BBQ meal provided on site!

Raffle items will include, guided fishing and hunting trips, sporting gear, wildlife art and much much more.

Live Texas country music by The Cody Ray Henry Band.

See you there!


----------



## Spekaholic

We'll be there!! Looking forward to it!!


----------



## Crab Trap

I'm bringing a crew!


----------



## Durtjunkee

Bring 2 Crews!
Great Food! Great People! Great Music! Tons of auction items and raffle prizes!

All proceeds go to help our brother Jesse!


----------



## Crab Trap

We had a great time!


----------



## Durtjunkee

Thanks to everyone who came out!

It was a roaring success!

I hope everyone enjoyed themselves!


----------



## whos your daddy

*Great time*

Had a great time being the auctioneer for this event.
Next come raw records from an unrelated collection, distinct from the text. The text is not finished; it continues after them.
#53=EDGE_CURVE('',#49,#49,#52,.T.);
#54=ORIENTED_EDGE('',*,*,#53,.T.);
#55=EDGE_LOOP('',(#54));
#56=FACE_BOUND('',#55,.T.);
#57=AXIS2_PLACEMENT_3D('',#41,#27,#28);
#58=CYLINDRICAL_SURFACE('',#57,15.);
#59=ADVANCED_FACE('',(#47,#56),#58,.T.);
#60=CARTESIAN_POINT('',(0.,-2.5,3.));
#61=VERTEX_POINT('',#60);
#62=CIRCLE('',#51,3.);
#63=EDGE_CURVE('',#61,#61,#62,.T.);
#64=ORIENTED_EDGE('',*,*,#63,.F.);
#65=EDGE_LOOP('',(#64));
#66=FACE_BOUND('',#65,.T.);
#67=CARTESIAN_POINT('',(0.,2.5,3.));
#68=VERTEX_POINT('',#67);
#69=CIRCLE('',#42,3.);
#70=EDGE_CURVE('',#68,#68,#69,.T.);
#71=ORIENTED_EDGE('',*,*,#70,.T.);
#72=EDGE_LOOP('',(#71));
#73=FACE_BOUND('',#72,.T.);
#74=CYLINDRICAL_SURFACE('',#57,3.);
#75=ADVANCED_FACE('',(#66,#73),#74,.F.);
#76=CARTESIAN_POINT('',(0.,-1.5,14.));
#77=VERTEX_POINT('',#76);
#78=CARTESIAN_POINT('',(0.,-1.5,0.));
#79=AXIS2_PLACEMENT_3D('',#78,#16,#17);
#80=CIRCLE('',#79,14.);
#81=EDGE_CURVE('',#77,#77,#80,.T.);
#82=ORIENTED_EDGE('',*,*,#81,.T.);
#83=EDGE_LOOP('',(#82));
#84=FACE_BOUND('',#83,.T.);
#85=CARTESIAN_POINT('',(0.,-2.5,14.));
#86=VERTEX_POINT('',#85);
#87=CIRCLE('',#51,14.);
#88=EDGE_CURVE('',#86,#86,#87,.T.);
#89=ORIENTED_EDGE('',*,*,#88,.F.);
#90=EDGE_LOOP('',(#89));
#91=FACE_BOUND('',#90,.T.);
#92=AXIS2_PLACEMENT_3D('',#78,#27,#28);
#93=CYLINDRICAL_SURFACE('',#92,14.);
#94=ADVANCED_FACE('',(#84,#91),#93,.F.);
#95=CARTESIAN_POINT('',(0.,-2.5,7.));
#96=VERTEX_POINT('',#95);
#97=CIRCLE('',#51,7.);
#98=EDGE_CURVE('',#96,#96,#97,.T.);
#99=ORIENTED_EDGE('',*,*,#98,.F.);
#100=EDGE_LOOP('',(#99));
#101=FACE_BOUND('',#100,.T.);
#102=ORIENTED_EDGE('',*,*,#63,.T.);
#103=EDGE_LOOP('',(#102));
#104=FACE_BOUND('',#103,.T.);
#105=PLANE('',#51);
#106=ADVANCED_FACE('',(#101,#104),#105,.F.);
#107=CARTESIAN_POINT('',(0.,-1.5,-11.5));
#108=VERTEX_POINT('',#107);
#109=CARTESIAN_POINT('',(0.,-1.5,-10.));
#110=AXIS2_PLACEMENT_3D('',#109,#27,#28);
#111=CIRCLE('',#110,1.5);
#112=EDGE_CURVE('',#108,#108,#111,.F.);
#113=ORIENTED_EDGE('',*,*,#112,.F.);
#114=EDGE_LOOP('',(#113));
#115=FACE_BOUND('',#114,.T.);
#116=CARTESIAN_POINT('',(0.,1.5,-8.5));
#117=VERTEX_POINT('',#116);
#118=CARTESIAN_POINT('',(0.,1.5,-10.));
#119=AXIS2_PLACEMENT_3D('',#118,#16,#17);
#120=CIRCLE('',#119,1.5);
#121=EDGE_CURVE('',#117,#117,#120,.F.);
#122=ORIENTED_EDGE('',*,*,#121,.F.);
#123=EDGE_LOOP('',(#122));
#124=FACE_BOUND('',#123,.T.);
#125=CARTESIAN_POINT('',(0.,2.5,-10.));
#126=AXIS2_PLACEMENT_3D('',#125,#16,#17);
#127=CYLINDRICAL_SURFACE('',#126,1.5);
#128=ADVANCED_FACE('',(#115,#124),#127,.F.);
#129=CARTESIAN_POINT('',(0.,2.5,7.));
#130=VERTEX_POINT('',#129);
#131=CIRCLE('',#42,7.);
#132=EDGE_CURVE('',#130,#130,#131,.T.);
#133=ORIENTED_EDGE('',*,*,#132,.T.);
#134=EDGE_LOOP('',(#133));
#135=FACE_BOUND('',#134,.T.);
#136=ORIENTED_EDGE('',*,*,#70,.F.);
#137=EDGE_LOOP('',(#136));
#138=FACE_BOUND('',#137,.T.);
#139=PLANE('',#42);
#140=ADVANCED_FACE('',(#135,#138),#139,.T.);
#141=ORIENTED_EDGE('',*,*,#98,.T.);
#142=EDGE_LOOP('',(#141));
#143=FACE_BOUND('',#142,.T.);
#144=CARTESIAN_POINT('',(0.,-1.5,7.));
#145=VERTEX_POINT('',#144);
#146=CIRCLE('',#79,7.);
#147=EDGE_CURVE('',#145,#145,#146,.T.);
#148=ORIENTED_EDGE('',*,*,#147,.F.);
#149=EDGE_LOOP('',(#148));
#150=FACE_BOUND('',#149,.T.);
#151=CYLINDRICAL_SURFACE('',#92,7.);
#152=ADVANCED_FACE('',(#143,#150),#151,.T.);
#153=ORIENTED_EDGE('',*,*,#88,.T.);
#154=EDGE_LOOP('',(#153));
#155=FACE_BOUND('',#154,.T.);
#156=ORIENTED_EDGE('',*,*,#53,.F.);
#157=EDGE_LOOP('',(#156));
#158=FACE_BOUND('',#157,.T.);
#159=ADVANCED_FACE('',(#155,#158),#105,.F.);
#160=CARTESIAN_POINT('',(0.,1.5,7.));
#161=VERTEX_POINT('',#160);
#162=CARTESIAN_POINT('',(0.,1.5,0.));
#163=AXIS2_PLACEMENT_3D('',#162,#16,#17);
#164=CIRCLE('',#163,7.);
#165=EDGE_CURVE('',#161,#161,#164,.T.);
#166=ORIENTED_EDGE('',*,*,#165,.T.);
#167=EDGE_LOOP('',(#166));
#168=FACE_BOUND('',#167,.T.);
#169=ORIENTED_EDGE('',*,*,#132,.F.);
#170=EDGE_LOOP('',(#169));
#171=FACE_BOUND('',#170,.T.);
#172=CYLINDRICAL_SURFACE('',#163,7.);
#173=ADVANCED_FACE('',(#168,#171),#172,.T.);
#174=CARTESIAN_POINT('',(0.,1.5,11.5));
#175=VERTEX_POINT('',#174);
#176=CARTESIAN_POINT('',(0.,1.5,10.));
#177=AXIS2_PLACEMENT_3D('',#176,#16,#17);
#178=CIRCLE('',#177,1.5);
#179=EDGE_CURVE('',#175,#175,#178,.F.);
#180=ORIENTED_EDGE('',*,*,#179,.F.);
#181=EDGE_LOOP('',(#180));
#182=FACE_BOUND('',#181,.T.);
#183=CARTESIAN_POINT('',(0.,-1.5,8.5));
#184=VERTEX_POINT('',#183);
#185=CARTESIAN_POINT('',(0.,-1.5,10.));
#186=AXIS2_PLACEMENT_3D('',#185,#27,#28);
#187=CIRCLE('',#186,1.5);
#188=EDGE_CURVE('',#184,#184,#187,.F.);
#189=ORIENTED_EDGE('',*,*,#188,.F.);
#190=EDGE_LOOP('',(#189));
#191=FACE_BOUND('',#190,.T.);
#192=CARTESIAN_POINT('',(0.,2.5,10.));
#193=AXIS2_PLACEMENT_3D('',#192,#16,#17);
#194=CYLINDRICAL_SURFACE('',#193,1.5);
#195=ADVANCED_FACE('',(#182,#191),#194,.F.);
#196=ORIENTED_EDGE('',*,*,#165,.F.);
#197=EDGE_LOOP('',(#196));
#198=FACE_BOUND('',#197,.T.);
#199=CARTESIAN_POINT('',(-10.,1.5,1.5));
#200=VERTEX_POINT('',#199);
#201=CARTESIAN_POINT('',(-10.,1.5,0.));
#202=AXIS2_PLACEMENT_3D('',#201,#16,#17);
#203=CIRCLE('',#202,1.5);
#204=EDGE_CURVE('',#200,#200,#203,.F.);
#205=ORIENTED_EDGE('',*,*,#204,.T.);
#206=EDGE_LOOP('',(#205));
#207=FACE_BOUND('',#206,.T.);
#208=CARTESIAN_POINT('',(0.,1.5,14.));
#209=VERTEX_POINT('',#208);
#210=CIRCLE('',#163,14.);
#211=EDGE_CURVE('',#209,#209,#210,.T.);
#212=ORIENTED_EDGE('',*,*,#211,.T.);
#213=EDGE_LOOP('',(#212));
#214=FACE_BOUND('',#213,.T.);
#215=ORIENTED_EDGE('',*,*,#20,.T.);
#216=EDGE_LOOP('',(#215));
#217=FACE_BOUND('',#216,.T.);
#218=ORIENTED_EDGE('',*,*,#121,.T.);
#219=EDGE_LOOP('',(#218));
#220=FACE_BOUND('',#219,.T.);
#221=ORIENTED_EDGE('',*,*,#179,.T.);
Live auction alone we raised $50k for Jesse. I am again amazed by the generosity of fellow fisherman.

Mark


----------



## Durtjunkee

Thanks again for all your help Mark!


----------



## valve_king

Definitely A great event! The only downer were the individuals stealing coolers from the bed of pick up trucks in the parking lot. It's amazing that some peeps feel the need to steal at an amazing charity event. KARMA, BABY!


----------



## D-Czech

The wife and I were honored to be there to support a great guy.
It was turly great to see all the support for a great captin and fellow fisherman. You just don't experience that type of fellowship sitting playing video games or watching TV. Outdoors people are the best.

And Yes Mark did a great job as usual.


----------



## Capt.Troy

*Donated Flounder Trip*

Got em out tonight and back in by 10:00. We were one short of their limit
but the front dirtied up the water. Still a good time and was happy to do it
for my friend.


----------